Roberta Laub-Rode, an attorney with Amigos Immigration in San Rafael, said the policy is being used to deprive people of their right to seek asylum in the United States.

“These people are living in dangerous and unsanitary conditions in Mexico,” she said. “Title 42 should be used to address a health crisis such as COVID, but is currently causing a humanitarian crisis at the border.”

“I agree that the government should address the issue of illegal immigration, but there are other legal ways to do so, and Title 42 is not the proper tool to deter illegal immigration,” Laub-Rode said.

Omar Carrera, chief executive of Canal Alliance, an immigrant advocacy organization in San Rafael, said the policy is being “misused.”

“It was created for a public health reason and we are using it for a political reason right now,” he said.

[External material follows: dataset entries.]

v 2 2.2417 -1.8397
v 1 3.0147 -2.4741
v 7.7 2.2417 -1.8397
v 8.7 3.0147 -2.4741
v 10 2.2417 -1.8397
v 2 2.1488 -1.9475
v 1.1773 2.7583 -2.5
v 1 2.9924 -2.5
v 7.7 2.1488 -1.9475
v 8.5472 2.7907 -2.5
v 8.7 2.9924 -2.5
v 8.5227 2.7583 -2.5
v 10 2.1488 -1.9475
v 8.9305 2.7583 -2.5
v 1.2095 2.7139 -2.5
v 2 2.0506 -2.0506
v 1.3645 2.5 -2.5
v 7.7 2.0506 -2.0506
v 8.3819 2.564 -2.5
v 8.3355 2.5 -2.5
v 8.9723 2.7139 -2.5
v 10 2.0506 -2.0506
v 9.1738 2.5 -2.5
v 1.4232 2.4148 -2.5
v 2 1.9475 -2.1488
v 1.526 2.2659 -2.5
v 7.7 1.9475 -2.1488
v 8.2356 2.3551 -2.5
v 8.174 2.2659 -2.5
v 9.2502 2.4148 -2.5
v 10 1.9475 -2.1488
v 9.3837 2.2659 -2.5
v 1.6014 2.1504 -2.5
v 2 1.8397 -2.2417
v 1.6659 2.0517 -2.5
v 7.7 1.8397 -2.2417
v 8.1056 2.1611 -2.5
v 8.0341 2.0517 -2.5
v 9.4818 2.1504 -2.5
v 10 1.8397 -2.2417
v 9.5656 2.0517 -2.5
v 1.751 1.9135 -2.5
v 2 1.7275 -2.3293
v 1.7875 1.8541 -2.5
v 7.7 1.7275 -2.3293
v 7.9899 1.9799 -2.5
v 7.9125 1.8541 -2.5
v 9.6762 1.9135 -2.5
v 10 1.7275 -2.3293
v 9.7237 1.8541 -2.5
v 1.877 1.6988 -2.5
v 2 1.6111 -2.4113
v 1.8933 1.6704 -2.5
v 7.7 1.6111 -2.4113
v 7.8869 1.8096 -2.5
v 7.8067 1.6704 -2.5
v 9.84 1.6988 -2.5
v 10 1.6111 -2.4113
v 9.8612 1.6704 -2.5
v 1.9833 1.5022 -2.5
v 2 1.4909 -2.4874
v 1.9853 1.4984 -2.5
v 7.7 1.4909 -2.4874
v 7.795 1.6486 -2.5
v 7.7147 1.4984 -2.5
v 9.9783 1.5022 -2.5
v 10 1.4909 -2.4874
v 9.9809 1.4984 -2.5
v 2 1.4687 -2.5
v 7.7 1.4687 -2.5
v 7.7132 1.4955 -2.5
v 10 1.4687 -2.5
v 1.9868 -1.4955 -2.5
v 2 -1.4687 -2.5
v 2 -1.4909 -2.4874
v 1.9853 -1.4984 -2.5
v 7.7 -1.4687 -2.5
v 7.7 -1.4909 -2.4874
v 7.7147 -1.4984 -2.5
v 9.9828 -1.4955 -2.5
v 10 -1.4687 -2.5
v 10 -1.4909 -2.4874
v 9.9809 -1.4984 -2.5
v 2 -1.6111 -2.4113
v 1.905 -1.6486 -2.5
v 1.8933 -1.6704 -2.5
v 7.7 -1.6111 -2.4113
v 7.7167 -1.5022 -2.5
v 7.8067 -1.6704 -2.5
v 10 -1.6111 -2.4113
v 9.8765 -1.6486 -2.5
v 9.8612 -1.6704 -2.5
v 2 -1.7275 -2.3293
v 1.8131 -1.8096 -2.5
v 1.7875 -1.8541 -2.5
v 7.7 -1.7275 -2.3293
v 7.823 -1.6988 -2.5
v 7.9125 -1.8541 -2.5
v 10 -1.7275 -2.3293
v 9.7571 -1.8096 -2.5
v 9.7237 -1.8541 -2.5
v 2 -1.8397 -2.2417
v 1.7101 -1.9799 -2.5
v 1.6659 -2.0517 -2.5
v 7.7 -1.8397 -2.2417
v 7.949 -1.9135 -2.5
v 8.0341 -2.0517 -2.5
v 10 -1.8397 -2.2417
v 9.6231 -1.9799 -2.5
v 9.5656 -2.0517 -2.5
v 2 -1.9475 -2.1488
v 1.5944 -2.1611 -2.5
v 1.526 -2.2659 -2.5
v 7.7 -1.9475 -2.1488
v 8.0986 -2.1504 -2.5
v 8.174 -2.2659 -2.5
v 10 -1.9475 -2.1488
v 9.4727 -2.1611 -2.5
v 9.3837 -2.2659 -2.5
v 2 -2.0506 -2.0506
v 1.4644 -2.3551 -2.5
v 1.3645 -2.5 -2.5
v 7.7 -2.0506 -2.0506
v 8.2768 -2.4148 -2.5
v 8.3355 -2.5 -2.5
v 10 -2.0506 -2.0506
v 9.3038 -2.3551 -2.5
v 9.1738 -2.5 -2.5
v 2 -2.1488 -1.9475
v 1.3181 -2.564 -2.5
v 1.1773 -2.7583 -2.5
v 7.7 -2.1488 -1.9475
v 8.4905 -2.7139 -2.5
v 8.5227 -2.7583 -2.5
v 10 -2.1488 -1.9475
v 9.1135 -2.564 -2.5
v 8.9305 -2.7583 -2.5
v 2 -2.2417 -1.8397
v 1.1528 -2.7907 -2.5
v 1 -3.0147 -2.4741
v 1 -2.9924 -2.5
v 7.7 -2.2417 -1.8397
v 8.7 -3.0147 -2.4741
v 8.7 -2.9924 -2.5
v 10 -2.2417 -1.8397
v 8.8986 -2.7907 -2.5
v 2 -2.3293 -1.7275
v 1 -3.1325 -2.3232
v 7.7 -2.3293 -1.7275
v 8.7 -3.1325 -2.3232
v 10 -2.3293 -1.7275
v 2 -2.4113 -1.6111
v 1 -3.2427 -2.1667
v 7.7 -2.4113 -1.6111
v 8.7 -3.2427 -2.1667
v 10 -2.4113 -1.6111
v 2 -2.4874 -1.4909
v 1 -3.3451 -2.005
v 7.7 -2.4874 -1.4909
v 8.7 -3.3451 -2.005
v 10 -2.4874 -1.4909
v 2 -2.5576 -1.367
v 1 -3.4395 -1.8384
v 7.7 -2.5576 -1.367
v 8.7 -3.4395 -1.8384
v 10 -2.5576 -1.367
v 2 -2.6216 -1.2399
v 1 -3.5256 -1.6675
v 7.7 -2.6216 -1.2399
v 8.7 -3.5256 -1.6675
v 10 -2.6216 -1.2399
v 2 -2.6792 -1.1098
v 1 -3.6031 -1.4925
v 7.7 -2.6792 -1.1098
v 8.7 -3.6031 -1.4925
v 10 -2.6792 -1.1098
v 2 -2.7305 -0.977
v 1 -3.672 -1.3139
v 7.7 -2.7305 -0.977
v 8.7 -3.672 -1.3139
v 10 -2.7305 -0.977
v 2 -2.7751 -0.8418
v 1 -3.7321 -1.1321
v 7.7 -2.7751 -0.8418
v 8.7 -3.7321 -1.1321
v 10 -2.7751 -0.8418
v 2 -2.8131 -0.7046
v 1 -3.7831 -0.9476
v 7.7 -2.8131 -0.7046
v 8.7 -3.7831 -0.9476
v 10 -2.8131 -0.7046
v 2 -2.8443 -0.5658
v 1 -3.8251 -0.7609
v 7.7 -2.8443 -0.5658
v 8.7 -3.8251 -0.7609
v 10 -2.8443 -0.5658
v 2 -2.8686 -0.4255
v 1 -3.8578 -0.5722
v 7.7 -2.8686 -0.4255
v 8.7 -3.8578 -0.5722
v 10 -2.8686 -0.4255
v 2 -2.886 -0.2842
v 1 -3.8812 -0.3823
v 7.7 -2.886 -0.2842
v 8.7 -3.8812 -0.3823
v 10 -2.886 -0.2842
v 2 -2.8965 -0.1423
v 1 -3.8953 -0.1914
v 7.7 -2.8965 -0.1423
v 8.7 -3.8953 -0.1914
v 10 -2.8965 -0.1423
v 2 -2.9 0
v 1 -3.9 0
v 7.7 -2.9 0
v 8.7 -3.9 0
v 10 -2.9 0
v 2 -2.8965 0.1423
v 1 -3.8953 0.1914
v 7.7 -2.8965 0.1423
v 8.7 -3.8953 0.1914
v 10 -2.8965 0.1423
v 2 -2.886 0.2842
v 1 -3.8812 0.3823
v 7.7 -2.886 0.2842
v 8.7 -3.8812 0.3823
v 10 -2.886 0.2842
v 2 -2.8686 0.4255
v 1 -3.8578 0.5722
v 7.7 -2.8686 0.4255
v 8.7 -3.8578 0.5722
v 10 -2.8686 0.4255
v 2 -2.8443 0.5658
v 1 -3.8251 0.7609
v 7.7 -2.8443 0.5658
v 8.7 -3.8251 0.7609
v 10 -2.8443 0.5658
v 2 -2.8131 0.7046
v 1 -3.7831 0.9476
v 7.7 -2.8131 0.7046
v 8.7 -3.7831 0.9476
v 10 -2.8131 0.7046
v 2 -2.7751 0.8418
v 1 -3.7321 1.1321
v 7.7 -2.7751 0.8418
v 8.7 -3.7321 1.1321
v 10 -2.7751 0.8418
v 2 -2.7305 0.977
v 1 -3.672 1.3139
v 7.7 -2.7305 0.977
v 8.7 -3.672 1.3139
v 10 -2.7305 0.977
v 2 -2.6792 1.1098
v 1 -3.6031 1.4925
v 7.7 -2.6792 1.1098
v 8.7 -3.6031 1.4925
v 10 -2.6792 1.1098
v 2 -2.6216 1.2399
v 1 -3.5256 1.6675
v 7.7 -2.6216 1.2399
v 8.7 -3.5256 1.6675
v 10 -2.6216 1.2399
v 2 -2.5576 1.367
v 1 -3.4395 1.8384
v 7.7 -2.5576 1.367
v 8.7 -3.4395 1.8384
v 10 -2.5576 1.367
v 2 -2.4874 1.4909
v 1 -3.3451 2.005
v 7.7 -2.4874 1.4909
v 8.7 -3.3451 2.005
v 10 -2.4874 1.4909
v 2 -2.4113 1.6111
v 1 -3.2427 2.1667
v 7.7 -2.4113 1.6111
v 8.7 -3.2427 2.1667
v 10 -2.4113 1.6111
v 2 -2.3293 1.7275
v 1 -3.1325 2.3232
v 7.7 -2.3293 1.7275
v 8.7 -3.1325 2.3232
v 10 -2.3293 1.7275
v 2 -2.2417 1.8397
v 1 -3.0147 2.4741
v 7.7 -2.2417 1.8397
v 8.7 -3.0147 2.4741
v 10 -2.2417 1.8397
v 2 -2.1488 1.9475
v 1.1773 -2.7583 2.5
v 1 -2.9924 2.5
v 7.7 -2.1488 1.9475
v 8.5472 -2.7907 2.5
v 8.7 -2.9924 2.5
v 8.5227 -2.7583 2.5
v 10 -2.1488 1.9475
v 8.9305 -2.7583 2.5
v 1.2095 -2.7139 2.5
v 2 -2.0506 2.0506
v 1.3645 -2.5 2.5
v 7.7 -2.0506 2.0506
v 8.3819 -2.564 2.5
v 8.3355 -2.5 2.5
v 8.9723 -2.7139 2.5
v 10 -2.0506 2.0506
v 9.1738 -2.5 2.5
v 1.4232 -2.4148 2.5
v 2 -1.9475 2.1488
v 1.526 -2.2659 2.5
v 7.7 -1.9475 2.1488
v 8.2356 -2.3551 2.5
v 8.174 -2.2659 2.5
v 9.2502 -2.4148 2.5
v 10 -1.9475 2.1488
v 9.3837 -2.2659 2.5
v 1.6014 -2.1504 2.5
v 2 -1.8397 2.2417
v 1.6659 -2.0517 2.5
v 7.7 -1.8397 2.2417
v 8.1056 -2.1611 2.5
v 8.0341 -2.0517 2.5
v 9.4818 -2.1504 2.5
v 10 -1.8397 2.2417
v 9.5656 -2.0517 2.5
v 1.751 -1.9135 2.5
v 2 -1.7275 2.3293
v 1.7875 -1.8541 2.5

He described immigration as a “complex phenomenon” and said the Trump administration policy was harnessed to deny access to migrants who need asylum because they were fleeing war, crisis or famine in their home countries. Carrera said the United States often seeks to gloss over its own contributions to disorder in Latin American countries.

In Marin, the demand for immigration legal services has “continued to grow every day,” he said.

“Our capacity continues to be challenged by the need,” he said.

Canal Alliance only sees immigrants who have been released from border custody into the United States. Carrera said a comprehensive immigration reform plan should be considered with a repeal of Title 42 to allow more people a path to citizenship.

“We have a lot of people that are contributing to the local economy more than we even imagine and we don’t offer a path to permanent status. It’s a political thing,” he said. “I think we really need to have that conversation, what is our moral obligation to these people?”

The Associated Press contributed to this report.